Glioblastoma multiforme (GBM), the literal apogee on the hierarchy of malignant brain tumors, remains one of the greatest therapeutic challenges in oncology and medicine. Historically this may be contextualized in the fact that the medical and scientific communities have had a very elementary understanding of its intricate and complex pathophysiology. The last 10-15 years have yielded a number of studies that have elucidated much of the molecular and genetic complexities of GBM that underlie its pathogenesis. Excitingly, some of these discovered genetic mutations and molecular profiles in GBM have demonstrated value in prognostication and utility in predicting response to treatment. Despite this, however, treatment options for patients have remained somewhat limited. These treatment options are expected to expand with the availability of new data and with the transition of novel treatment modalities from animal to human studies. This paper will have a threefold objective: provide an overview of the traditional paradigm in understanding and treating GBM, describe recent discoveries in the molecular pathogenesis of GBM against this historical backdrop, and acquaint the reader with new treatment modalities that hold significant therapeutic potential for patients.
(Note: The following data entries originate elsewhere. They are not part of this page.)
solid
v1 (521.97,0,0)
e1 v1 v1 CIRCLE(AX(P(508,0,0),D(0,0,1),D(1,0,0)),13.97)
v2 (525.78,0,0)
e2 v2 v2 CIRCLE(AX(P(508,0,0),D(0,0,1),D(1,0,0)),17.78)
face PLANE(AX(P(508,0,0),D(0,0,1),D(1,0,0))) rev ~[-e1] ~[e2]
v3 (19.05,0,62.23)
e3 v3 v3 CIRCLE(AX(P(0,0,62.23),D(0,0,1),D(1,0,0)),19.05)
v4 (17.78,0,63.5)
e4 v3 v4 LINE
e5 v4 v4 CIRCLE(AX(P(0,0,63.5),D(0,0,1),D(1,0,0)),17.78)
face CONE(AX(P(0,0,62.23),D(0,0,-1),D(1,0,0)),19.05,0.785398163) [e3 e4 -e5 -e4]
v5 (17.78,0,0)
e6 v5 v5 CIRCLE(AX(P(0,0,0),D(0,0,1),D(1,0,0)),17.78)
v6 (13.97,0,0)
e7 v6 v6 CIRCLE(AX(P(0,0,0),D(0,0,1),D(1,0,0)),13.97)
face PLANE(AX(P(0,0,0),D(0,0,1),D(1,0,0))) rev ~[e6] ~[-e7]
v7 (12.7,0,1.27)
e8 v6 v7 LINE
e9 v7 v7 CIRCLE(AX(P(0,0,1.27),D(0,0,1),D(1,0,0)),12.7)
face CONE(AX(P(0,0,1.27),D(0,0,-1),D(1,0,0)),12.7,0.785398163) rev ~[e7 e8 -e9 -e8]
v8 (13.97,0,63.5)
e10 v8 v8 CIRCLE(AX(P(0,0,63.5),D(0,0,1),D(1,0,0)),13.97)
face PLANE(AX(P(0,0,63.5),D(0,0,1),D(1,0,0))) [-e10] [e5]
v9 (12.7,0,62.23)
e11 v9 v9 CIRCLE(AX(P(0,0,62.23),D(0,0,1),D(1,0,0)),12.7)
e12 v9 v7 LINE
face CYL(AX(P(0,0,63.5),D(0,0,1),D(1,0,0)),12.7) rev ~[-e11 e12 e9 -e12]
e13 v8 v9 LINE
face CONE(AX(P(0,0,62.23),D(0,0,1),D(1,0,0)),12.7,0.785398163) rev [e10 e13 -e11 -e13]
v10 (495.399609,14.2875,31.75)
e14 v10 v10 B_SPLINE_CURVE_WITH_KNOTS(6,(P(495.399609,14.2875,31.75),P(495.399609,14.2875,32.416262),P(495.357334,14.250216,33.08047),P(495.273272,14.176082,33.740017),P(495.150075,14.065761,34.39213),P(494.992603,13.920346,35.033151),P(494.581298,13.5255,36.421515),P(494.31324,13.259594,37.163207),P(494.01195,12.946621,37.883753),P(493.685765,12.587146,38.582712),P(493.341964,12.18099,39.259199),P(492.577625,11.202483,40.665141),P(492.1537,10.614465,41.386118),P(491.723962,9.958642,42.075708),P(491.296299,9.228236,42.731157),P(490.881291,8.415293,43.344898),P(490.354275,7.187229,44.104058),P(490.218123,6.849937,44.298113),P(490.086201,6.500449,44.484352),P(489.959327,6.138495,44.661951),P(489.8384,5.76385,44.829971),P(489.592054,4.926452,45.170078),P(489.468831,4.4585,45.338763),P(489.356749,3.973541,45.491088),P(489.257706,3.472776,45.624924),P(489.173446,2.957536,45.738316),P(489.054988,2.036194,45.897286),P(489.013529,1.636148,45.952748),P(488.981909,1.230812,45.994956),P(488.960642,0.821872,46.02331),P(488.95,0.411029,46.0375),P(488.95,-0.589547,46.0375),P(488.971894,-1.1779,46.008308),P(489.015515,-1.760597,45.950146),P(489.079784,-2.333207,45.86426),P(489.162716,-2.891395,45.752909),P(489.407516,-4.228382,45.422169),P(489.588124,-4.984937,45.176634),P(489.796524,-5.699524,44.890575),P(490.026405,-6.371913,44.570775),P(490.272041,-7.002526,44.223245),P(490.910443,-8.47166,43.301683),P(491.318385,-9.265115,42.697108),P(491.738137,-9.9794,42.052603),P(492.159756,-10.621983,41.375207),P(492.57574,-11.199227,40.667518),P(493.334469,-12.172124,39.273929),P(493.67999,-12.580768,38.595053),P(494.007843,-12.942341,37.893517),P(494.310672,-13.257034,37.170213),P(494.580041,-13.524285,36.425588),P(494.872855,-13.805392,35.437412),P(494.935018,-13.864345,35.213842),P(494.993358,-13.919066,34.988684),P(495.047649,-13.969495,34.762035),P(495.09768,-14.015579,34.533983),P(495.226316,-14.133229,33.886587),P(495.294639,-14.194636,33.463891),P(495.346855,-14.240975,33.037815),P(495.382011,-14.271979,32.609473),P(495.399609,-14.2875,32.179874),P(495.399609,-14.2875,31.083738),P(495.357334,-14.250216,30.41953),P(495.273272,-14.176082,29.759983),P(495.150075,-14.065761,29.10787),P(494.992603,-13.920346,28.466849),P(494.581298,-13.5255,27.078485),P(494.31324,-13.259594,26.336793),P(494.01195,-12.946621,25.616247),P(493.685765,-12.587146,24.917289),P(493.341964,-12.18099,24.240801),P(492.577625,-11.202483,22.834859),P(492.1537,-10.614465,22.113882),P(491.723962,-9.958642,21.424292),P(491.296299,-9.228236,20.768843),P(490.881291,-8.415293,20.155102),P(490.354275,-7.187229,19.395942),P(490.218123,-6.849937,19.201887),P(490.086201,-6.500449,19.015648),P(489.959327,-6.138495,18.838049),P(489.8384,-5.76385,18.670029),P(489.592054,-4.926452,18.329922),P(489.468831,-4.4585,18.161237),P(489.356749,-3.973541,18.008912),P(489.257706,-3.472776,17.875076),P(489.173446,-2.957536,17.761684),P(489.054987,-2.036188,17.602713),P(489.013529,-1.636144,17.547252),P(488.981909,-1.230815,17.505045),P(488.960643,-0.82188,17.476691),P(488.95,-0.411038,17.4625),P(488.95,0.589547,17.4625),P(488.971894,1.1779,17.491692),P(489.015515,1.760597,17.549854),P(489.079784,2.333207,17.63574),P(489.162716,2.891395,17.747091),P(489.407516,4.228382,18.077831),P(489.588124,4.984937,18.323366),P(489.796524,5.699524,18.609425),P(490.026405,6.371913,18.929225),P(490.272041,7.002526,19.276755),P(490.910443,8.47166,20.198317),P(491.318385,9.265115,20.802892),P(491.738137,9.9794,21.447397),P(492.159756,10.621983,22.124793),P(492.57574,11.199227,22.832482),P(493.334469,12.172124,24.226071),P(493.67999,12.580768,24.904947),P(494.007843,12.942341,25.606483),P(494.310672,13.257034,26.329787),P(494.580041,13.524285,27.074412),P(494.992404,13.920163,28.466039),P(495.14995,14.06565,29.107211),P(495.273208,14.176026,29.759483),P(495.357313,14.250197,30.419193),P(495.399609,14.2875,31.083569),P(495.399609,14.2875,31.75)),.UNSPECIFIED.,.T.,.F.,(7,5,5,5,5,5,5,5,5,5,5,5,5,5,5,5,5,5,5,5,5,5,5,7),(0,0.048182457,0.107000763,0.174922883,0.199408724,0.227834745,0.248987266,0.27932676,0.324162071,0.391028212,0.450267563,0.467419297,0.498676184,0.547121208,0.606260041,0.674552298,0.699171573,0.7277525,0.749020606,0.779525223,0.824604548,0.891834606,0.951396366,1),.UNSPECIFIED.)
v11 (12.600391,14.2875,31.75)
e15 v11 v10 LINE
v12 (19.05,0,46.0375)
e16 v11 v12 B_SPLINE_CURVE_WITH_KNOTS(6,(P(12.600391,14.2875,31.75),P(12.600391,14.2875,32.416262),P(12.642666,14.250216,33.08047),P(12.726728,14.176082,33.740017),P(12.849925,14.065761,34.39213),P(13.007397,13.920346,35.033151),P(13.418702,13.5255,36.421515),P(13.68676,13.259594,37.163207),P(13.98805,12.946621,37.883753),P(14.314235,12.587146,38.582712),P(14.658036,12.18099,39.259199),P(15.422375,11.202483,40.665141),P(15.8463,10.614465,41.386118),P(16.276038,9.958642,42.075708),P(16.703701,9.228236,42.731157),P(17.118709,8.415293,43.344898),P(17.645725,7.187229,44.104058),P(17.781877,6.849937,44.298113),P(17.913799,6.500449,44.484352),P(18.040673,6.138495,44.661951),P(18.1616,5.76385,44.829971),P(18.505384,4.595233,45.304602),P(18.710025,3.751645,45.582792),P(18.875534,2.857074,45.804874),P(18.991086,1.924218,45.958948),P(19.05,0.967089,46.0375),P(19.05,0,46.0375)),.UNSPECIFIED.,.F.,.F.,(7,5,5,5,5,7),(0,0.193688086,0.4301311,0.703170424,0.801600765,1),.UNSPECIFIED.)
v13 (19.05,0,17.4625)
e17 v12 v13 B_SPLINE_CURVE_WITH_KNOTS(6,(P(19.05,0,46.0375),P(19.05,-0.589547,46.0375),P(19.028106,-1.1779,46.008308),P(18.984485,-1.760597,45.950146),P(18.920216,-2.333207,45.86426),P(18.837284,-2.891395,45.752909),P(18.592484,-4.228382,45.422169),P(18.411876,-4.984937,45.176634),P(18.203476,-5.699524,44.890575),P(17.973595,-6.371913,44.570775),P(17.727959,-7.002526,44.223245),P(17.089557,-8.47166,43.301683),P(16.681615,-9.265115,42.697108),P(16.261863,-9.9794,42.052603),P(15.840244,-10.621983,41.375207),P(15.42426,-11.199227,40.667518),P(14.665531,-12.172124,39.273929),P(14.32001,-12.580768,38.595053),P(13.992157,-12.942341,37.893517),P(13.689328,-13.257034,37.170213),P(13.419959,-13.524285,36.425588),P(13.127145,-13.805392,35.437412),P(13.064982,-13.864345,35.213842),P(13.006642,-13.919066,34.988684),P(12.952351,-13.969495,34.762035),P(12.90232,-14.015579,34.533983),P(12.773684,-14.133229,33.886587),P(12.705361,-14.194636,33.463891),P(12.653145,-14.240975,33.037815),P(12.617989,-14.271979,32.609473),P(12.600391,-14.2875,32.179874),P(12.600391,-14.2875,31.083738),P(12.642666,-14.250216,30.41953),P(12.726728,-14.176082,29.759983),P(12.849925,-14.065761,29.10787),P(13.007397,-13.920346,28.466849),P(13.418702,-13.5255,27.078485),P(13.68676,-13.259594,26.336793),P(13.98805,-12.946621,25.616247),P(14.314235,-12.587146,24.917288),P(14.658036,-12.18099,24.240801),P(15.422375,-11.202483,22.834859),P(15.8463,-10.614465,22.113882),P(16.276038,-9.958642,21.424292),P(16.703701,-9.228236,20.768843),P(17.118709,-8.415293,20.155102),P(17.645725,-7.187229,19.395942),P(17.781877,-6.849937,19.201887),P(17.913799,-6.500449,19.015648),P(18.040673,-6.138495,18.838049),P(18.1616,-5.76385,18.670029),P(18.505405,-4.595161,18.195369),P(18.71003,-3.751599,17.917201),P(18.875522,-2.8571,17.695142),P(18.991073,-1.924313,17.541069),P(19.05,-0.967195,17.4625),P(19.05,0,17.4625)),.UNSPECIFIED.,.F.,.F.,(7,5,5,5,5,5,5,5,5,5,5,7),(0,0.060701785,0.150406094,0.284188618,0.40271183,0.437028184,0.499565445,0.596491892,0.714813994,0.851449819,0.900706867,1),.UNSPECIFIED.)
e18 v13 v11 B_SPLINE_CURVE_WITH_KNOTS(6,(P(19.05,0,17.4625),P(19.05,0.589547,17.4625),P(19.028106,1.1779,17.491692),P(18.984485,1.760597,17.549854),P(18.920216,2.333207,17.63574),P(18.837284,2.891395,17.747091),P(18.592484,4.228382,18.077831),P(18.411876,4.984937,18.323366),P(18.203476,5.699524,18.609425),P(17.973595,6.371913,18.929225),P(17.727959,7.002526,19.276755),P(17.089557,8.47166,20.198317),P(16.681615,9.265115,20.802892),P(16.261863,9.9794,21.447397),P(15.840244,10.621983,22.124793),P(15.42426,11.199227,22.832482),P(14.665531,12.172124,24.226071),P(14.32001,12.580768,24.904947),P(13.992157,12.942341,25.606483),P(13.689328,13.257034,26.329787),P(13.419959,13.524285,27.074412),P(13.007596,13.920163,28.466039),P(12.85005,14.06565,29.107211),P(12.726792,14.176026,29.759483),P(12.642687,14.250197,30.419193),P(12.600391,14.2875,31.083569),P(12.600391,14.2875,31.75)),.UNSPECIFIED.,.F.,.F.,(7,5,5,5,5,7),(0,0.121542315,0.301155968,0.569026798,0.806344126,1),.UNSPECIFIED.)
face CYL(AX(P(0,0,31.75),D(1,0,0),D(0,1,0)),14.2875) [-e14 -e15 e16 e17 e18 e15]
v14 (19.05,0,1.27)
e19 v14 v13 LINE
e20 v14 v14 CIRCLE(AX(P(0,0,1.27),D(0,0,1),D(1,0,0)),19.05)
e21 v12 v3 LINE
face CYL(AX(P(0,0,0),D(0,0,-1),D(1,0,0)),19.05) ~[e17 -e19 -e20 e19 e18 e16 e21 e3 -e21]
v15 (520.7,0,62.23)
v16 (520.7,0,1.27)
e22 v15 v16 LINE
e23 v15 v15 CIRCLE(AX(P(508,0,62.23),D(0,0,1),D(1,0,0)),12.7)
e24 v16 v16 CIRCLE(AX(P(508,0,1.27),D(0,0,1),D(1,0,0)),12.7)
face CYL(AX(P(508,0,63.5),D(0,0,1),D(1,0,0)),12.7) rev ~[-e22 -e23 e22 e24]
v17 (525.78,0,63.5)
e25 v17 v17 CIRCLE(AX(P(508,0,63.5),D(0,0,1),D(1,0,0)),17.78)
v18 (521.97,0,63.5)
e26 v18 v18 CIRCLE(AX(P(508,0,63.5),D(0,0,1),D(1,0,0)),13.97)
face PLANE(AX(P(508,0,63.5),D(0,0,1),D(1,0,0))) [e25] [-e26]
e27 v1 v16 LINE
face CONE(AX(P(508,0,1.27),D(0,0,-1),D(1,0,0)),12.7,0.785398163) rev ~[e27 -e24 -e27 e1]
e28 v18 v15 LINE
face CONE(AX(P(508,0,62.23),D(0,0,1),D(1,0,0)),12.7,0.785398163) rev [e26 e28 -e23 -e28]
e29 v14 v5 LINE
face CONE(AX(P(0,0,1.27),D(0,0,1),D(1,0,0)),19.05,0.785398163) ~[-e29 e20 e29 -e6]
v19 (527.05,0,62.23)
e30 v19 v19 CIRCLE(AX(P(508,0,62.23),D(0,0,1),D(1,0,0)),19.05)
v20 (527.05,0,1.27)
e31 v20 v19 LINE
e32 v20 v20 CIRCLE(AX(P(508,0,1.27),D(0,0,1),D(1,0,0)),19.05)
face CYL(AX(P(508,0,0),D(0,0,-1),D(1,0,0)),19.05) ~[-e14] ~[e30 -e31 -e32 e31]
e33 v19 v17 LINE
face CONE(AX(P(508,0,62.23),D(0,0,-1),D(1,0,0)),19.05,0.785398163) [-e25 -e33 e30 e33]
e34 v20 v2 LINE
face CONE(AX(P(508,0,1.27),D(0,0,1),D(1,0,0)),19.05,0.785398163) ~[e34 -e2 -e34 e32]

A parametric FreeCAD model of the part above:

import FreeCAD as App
import Part
import Sketcher
Q = App.Units.Quantity


def edges_at(feature, points):
    """Names of the edges that pass closest to the given points."""
    edges = feature.Shape.Edges
    near = lambda p: min(range(len(edges)), key=lambda i: edges[i].distToShape(Part.Vertex(*p))[0])
    return sorted({f"Edge{near(p) + 1}" for p in points})

doc = App.newDocument("Part")
body = doc.addObject("PartDesign::Body", "Body")
body.AllowCompound = True

# Sketch on XY plane
sketch1 = body.newObject("Sketcher::SketchObject", "Sketch")
sketch1.AttachmentSupport = (doc.getObject("XY_Plane"), [""])
sketch1.MapMode = "FlatFace"
sketch1.addGeometry([
    Part.Circle(App.Vector(0, 0, 0), App.Vector(0, 0, 1), 19),
    Part.Circle(App.Vector(508, 0, 0), App.Vector(0, 0, 1), 19),
], False)
sketch1.addConstraint([
    Sketcher.Constraint("Coincident", 0, 3, -1, 1),
    Sketcher.Constraint("Equal", 0, 1),
    Sketcher.Constraint("PointOnObject", 1, 3, -1),
    Sketcher.Constraint("Diameter", 0, Q("1.5 in")),
    Sketcher.Constraint("DistanceX", -1, 1, 1, 3, Q("20 in")),
])
pad1 = body.newObject("PartDesign::Pad", "Pad")
pad1.Profile = sketch1
pad1.Length = Q("2.5 in")

# Sketch on YZ plane
sketch2 = body.newObject("Sketcher::SketchObject", "Sketch001")
sketch2.AttachmentSupport = (doc.getObject("YZ_Plane"), [""])
sketch2.MapMode = "FlatFace"
sketch2.addGeometry(Part.Circle(App.Vector(0, 32, 0), App.Vector(0, 0, 1), 14), False)
sketch2.addConstraint([
    Sketcher.Constraint("PointOnObject", 0, 3, -2),
    Sketcher.Constraint("Diameter", 0, Q("1.125 in")),
    Sketcher.Constraint("DistanceY", -1, 1, 0, 3, Q("1.25 in")),
])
Keywords: Molecular pathogenesis, Temozolomide, Glioblastoma multiforme, Treatment resistance, Hypoxia, Recurrent glioblastoma multiforme, Bevacizumab

Core tip: This paper provides the reader with an overview some of the primary molecular markers that are implicated in the pathogenesis glioblastoma multiforme (GBM). It provides a robust review of the evidence that supports the use of these molecular markers for both prognostication and prediction for response to treatment. It gives the reader context for understanding the hypoxia model and how it informs treatment resistance in GBM. It provides an overview of cancer stem cells and their role in GBM biology. And it acquaints the reader with a few of the new, promising treatment modalities that are emerging.